Now my TT is the 225bhp model, its 10 years young and nearly clocked up 92k. Ive recently had a main service carried out, a comprehensive cambelt change, new suspension, new alloys, new air filter and although i must admit ive spent a fair few bob doing it [smiley=bigcry.gif] it still drives like a dream... :wink:

Now why is it when you tell someone that your car has done 'x' amount of miles they look at you in shock and expect it to die anyday soon :roll:

It would be interesting to know what kind of mileage some of your TT's have covered and if you too are equally impressed with the lifespan.......

P.S
I finally fitted my new wheels at the weekend, along with the 15mm/20mm spacer kit - pics will be uploaded soon


----------



## TTQ2K2 (Jun 25, 2009)

Personally, I think there is a stigma associated with cars when they reach 100K. Not sure why. But to be honest, when I was looking for my 2001, I did not even consider any TT that was over 100K and I'm sure there are dozens of them with 100K that are in great shape.
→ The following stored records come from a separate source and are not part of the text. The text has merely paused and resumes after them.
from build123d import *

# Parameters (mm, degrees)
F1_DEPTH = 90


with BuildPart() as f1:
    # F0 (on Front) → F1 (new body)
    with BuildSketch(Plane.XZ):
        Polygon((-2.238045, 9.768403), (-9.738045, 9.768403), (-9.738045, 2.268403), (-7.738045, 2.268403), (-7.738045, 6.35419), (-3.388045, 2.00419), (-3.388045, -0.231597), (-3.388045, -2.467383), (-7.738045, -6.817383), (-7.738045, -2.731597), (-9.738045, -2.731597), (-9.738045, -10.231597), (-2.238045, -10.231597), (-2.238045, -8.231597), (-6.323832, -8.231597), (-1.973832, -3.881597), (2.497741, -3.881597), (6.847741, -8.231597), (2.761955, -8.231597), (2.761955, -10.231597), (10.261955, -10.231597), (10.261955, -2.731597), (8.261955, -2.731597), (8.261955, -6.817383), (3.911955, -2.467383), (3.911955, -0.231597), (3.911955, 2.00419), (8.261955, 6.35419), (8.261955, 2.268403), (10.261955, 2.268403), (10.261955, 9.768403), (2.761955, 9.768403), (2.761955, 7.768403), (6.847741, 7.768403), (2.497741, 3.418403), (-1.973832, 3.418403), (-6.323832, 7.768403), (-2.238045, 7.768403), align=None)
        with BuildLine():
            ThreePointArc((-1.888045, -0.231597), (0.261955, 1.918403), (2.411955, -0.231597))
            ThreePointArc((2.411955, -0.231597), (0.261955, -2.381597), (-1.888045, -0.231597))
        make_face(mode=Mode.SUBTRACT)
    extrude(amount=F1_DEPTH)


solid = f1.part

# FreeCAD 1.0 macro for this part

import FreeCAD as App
import Part
import Sketcher
Q = App.Units.Quantity


def add_polygon(sketch, points):
    """Adds a closed chain of lines whose ends are joined by coincident constraints."""
    first, n = sketch.GeometryCount, len(points)
    for a, b in zip(points, points[1:] + points[:1]):
        sketch.addGeometry(Part.LineSegment(App.Vector(*a, 0), App.Vector(*b, 0)), False)
    for i in range(n):
        sketch.addConstraint(Sketcher.Constraint("Coincident", first + i, 2, first + (i + 1) % n, 1))

doc = App.newDocument("Part")
body = doc.addObject("PartDesign::Body", "Body")

sketch1 = body.newObject("Sketcher::SketchObject", "Sketch")
sketch1.AttachmentSupport = (doc.getObject("XZ_Plane"), [""])
sketch1.MapMode = "FlatFace"
add_polygon(sketch1, [(-2.238045, 9.768403), (-9.738045, 9.768403), (-9.738045, 2.268403), (-7.738045, 2.268403), (-7.738045, 6.35419), (-3.388045, 2.00419), (-3.388045, -2.467383), (-7.738045, -6.817383), (-7.738045, -2.731597), (-9.738045, -2.731597), (-9.738045, -10.231597), (-2.238045, -10.231597), (-2.238045, -8.231597), (-6.323832, -8.231597), (-1.973832, -3.881597), (2.497741, -3.881597), (6.847741, -8.231597), (2.761955, -8.231597), (2.761955, -10.231597), (10.261955, -10.231597), (10.261955, -2.731597), (8.261955, -2.731597), (8.261955, -6.817383), (3.911955, -2.467383), (3.911955, 2.00419), (8.261955, 6.35419), (8.261955, 2.268403), (10.261955, 2.268403), (10.261955, 9.768403), (2.761955, 9.768403), (2.761955, 7.768403), (6.847741, 7.768403), (2.497741, 3.418403), (-1.973832, 3.418403), (-6.323832, 7.768403), (-2.238045, 7.768403)])
sketch1.addGeometry(Part.Circle(App.Vector(0.261955, -0.231597, 0), App.Vector(0, 0, 1), 2.15), False)
sketch1.addConstraint([
    Sketcher.Constraint("Horizontal", 0),
    Sketcher.Constraint("Vertical", 1),
    Sketcher.Constraint("Horizontal", 2),
    Sketcher.Constraint("Vertical", 3),
    Sketcher.Constraint("Vertical", 5),
    Sketcher.Constraint("Vertical", 7),
    Sketcher.Constraint("Horizontal", 8),
    Sketcher.Constraint("Vertical", 9),
    Sketcher.Constraint("Horizontal", 10),
    Sketcher.Constraint("Vertical", 11),
    Sketcher.Constraint("Horizontal", 12),
    Sketcher.Constraint("Horizontal", 14),
    Sketcher.Constraint("Horizontal", 16),
    Sketcher.Constraint("Vertical", 17),
    Sketcher.Constraint("Horizontal", 18),
    Sketcher.Constraint("Vertical", 19),
    Sketcher.Constraint("Horizontal", 20),
    Sketcher.Constraint("Vertical", 21),
    Sketcher.Constraint("Vertical", 23),
    Sketcher.Constraint("Vertical", 25),
    Sketcher.Constraint("Horizontal", 26),
    Sketcher.Constraint("Vertical", 27),
    Sketcher.Constraint("Horizontal", 28),
    Sketcher.Constraint("Vertical", 29),
    Sketcher.Constraint("Horizontal", 30),
    Sketcher.Constraint("Horizontal", 32),
    Sketcher.Constraint("Horizontal", 34),
    Sketcher.Constraint("Vertical", 35),
    Sketcher.Constraint("Perpendicular", 4, 6),
    Sketcher.Constraint("Parallel", 6, 13),
    Sketcher.Constraint("Perpendicular", 13, 15),
    Sketcher.Constraint("Parallel", 15, 22),
    Sketcher.Constraint("Perpendicular", 22, 24),
    Sketcher.Constraint("Parallel", 24, 31),
    Sketcher.Constraint("Perpendicular", 31, 33),
    Sketcher.Constraint("Horizontal", 12, 2, 15, 2),
    Sketcher.Constraint("Horizontal", 10, 2, 17, 2),
    Sketcher.Constraint("Horizontal", 8, 2, 19, 2),
    Sketcher.Constraint("Horizontal", 6, 2, 21, 2),
    Sketcher.Constraint("Horizontal", 5, 2, 22, 2),
    Sketcher.Constraint("Horizontal", 4, 2, 23, 2),
    Sketcher.Constraint("Horizontal", 3, 2, 24, 2),
    Sketcher.Constraint("Horizontal", 2, 2, 25, 2),
    Sketcher.Constraint("Horizontal", 0, 2, 27, 2),
    Sketcher.Constraint("Horizontal", 30, 2, 33, 2),
    Sketcher.Constraint("Vertical", 3, 2, 6, 2),
    Sketcher.Constraint("Vertical", 1, 2, 8, 2),
    Sketcher.Constraint("Vertical", 21, 2, 24, 2),
    Sketcher.Constraint("Vertical", 19, 2, 26, 2),
    Sketcher.Constraint("Vertical", 17, 2, 28, 2),
    Sketcher.Constraint("Vertical", 15, 2, 30, 2),
    Sketcher.Constraint("Vertical", 14, 2, 31, 2),
    Sketcher.Constraint("Vertical", 13, 2, 32, 2),
    Sketcher.Constraint("Vertical", 11, 2, 34, 2),
    Sketcher.Constraint("Equal", 12, 16),
    Sketcher.Constraint("Equal", 10, 18),
    Sketcher.Constraint("Equal", 8, 20),
    Sketcher.Constraint("Equal", 28, 1),
    Sketcher.Constraint("Equal", 34, 3),
    Sketcher.Constraint("Equal", 32, 5),
    Sketcher.Constraint("Equal", 3, 7),
    Sketcher.Constraint("Equal", 1, 9),
    Sketcher.Constraint("Equal", 26, 11),
    Sketcher.Constraint("Equal", 17, 29),
    Sketcher.Constraint("Equal", 6, 13),
    Sketcher.Constraint("Diameter", 36, Q("4.3 mm")),
    Sketcher.Constraint("DistanceX", 2, 1, 2, 2, Q("2 mm")),
    Sketcher.Constraint("DistanceX", 0, 2, 0, 1, Q("7.5 mm")),
    Sketcher.Constraint("DistanceX", 0, 2, 36, 3, Q("10 mm")),
    Sketcher.Constraint("DistanceY", 36, 3, 0, 2, Q("10 mm")),
    Sketcher.Constraint("DistanceY", 7, 2, 2, 2, Q("5 mm")),
    Sketcher.Constraint("DistanceX", 4, 2, 23, 2, Q("7.3 mm")),
    Sketcher.Constraint("DistanceX", 12, 2, 12, 1, Q("4.085787 mm")),
    Sketcher.Constraint("DistanceY", -1, 1, 3, 2, Q("6.35419 mm")),
    Sketcher.Constraint("DistanceX", -1, 1, 14, 2, Q("2.497741 mm")),
])
pad1 = body.newObject("PartDesign::Pad", "Pad")
pad1.Profile = sketch1
pad1.Length = 90

doc.recompute()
the one I bought (8/2000 build) had 67K and still need cambelt/waterpump and a few other bits and bobs replaced under the hood. Maintenance wise, I also replaced fluids; and most of the suspension components because, well, they were almost 10 yrs old. that being said, my little baby runs as well or better than the 2005 (with 30K) that I sold in feb.

Reality? I think the TT could easily go well over 200K and be a good daily driver....assuming one keeps up on the routine maintenance. As I approach 58, and since I only drive a few thousand miles per year, I am convinced this will be my last car.

cheers.


----------



## Mondo (Feb 20, 2009)

Mine's an '02 225 coupe and comfortably into 6-figure mileage. I do a fair bit of driving - it's my daily driver. So far she's still going strong and I'm keen to keep 'er going until one of us dies - preferably her, but not anytime soon. Gonna see if I can't get to 200K and then we'll see how it goes. But I'm pretty sure there's at least one person on here with around 140k miles on the clock...


----------



## lazerjules (Apr 18, 2009)

Mines on about 110K. So I really hope it will last a fair bit longer.
Unless I get bored with it or can't afford it, I will just keep changing parts until I can't anymore or it fails big time.


----------



## Jen-TT (Feb 2, 2009)

quite a few people on here are on 120k plus, but they normally have to spend money changing parts etc, its like any car with this sort of mileage. Parts are never made to last forever and they do wear out, it also depends on how you drive it etc.


----------



## GoldenBunip (Nov 9, 2009)

The wives 2001 TT now has 118k and climbing rapidly, miles are nothing to be scared of, a long as maintenance / servicing is done properly with the correct oil and old bits are replaced as they ware out you are fine. Besides if you go with never replace always upgrade you will end up replacing the weak points with nice mods.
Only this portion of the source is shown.